#### Action item
What you return must be an exact copy of the lines in the listing below between the line holding "face PLANE(AX(P(0,10.95,0),D(0,0,-1),D(-1,0,0))) rev" and the line holding "A parametric FreeCAD", inclusive, and nothing more.

==========

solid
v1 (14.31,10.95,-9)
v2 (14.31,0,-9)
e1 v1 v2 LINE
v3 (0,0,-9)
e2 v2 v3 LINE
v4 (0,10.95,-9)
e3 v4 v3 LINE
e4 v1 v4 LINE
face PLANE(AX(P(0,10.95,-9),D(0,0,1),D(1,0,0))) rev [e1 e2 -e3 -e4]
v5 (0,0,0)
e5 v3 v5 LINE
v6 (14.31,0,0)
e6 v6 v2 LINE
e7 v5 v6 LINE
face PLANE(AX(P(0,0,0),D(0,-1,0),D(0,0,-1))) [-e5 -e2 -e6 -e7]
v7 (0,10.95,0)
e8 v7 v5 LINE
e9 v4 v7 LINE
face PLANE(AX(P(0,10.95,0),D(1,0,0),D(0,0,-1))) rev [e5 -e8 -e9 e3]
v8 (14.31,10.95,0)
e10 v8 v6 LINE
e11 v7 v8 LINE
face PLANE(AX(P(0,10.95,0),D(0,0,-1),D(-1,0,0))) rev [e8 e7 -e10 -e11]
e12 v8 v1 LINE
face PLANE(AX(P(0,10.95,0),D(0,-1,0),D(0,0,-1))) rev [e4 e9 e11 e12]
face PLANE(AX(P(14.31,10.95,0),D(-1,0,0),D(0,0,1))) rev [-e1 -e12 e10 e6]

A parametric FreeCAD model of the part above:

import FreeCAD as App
import Part
import Sketcher
from FreeCAD import Vector
Q = App.Units.Quantity

doc = App.newDocument("Part")
body = doc.addObject("PartDesign::Body", "Body")

# Sketch on XZ plane
sketch1 = doc.addObject("Sketcher::SketchObject", "Sketch")
body.addObject(sketch1)
sketch1.AttachmentSupport = (doc.XZ_Plane, [""])
sketch1.MapMode = "FlatFace"
sketch1.addGeometry([
    Part.LineSegment(Vector(0, -9, 0), Vector(0, 0, 0)),
    Part.LineSegment(Vector(0, 0, 0), Vector(14, 0, 0)),
    Part.LineSegment(Vector(14, 0, 0), Vector(14, -9, 0)),
    Part.LineSegment(Vector(14, -9, 0), Vector(0, -9, 0)),
], False)
sketch1.addConstraint([
    Sketcher.Constraint("Coincident", 0, 2, 1, 1),
    Sketcher.Constraint("Coincident", 1, 2, 2, 1),
    Sketcher.Constraint("Coincident", 2, 2, 3, 1),
    Sketcher.Constraint("Coincident", 3, 2, 0, 1),
    Sketcher.Constraint("Vertical", 0),
    Sketcher.Constraint("Horizontal", 1),
    Sketcher.Constraint("Vertical", 2),
    Sketcher.Constraint("Horizontal", 3),
    Sketcher.Constraint("Coincident", 0, 2, -1, 1),
    Sketcher.Constraint("DistanceY", 0, 1, 0, 2, Q("9 mm")),
    Sketcher.Constraint("DistanceX", 1, 1, 1, 2, Q("14.31 mm")),
])
pad1 = doc.addObject("PartDesign::Pad", "Pad")
body.addObject(pad1)
pad1.Profile = sketch1
pad1.Length = 10.95
pad1.Reversed = True

doc.recompute()
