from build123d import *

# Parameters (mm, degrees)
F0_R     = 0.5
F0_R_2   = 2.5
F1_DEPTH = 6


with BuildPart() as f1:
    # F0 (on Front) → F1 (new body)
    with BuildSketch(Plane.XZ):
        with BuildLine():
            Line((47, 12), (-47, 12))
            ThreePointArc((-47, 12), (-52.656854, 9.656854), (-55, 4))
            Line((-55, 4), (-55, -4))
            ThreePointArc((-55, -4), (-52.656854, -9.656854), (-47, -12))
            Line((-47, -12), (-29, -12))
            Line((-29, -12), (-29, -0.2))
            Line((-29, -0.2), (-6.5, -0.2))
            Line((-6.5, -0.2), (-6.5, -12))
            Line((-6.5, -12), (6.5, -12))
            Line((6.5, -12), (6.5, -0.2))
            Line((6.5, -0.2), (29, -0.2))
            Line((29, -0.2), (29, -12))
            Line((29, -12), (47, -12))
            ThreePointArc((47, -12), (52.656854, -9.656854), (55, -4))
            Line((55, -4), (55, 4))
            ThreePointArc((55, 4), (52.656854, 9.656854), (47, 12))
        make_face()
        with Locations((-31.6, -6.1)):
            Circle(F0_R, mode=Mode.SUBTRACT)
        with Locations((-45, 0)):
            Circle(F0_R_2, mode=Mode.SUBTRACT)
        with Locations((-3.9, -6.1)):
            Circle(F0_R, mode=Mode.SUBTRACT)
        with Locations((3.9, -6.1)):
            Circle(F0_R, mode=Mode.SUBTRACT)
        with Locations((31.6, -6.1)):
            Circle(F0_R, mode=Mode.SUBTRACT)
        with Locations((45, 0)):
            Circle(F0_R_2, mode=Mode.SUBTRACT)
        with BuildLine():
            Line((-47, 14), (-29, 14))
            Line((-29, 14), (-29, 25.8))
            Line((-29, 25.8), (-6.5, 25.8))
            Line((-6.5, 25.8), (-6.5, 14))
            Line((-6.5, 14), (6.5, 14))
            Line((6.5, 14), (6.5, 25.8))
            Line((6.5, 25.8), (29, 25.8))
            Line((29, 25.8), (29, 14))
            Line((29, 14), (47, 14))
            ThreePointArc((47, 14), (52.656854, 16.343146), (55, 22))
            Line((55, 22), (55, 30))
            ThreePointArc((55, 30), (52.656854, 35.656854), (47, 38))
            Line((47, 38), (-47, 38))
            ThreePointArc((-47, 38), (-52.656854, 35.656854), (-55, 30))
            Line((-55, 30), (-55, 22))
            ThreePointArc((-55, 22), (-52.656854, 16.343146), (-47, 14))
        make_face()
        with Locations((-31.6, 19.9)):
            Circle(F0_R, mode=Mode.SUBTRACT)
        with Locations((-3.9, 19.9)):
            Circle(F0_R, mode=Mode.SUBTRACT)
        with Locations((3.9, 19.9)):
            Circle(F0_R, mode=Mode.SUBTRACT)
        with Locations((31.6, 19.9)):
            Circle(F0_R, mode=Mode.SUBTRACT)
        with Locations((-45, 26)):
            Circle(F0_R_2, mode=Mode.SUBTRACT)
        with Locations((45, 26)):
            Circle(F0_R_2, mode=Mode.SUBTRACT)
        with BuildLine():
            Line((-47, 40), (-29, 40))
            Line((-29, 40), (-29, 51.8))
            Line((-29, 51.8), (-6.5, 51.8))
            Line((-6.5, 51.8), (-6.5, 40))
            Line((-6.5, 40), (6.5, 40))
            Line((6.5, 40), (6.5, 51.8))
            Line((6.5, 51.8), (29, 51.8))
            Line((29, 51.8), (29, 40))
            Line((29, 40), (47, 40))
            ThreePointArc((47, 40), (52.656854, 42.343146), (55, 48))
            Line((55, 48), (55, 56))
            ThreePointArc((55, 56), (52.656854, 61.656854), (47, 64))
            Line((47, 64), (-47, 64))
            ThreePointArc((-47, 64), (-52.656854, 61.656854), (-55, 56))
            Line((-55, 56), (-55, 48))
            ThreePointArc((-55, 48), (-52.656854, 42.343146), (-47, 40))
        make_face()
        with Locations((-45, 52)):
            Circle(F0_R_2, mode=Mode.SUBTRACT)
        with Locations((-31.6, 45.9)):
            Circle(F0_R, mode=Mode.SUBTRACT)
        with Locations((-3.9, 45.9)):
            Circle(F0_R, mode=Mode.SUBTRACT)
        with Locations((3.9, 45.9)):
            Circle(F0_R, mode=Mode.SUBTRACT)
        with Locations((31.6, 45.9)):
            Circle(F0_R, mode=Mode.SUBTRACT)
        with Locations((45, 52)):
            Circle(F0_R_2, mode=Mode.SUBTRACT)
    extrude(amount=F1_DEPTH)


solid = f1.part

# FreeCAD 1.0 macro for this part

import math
import FreeCAD as App
import Part
import Sketcher
Q = App.Units.Quantity

doc = App.newDocument("Part")
body = doc.addObject("PartDesign::Body", "Body")
body.AllowCompound = True

# Sketch on XZ plane
sketch1 = doc.addObject("Sketcher::SketchObject", "Sketch")
body.addObject(sketch1)
sketch1.AttachmentSupport = (doc.XZ_Plane, [""])
sketch1.MapMode = "FlatFace"
sketch1.addGeometry([
    Part.LineSegment(App.Vector(47, 12, 0), App.Vector(-47, 12, 0)),  # 0
    Part.ArcOfCircle(Part.Circle(App.Vector(-46.999999, 3.999999, 0), App.Vector(0, 0, 1), 8.000001), math.radians(90.000006), math.radians(179.999994)),  # 1
    Part.LineSegment(App.Vector(-55, 4, 0), App.Vector(-55, -4, 0)),  # 2
    Part.ArcOfCircle(Part.Circle(App.Vector(-46.999999, -3.999999, 0), App.Vector(0, 0, 1), 8.000001), math.radians(-179.999994), math.radians(-90.000006)),  # 3
    Part.LineSegment(App.Vector(-47, -12, 0), App.Vector(-29, -12, 0)),  # 4
    Part.LineSegment(App.Vector(-29, -12, 0), App.Vector(-29, -0.2, 0)),  # 5
    Part.LineSegment(App.Vector(-29, -0.2, 0), App.Vector(-6.5, -0.2, 0)),  # 6
    Part.LineSegment(App.Vector(-6.5, -0.2, 0), App.Vector(-6.5, -12, 0)),  # 7
    Part.LineSegment(App.Vector(-6.5, -12, 0), App.Vector(6.5, -12, 0)),  # 8
    Part.LineSegment(App.Vector(6.5, -12, 0), App.Vector(6.5, -0.2, 0)),  # 9
    Part.LineSegment(App.Vector(6.5, -0.2, 0), App.Vector(29, -0.2, 0)),  # 10
    Part.LineSegment(App.Vector(29, -0.2, 0), App.Vector(29, -12, 0)),  # 11
    Part.LineSegment(App.Vector(29, -12, 0), App.Vector(47, -12, 0)),  # 12
    Part.ArcOfCircle(Part.Circle(App.Vector(46.999999, -3.999999, 0), App.Vector(0, 0, 1), 8.000001), math.radians(-89.999994), math.radians(-0.000006)),  # 13
    Part.LineSegment(App.Vector(55, -4, 0), App.Vector(55, 4, 0)),  # 14
    Part.ArcOfCircle(Part.Circle(App.Vector(46.999999, 3.999999, 0), App.Vector(0, 0, 1), 8.000001), math.radians(0.000006), math.radians(89.999994)),  # 15
    Part.Circle(App.Vector(-31.6, -6.1, 0), App.Vector(0, 0, 1), 0.5),  # 16
    Part.Circle(App.Vector(-3.9, -6.1, 0), App.Vector(0, 0, 1), 0.5),  # 17
    Part.Circle(App.Vector(3.9, -6.1, 0), App.Vector(0, 0, 1), 0.5),  # 18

==========

#### Problem solution
face PLANE(AX(P(0,10.95,0),D(0,0,-1),D(-1,0,0))) rev [e8 e7 -e10 -e11]
e12 v8 v1 LINE
face PLANE(AX(P(0,10.95,0),D(0,-1,0),D(0,0,-1))) rev [e4 e9 e11 e12]
face PLANE(AX(P(14.31,10.95,0),D(-1,0,0),D(0,0,1))) rev [-e1 -e12 e10 e6]

A parametric FreeCAD model of the part above:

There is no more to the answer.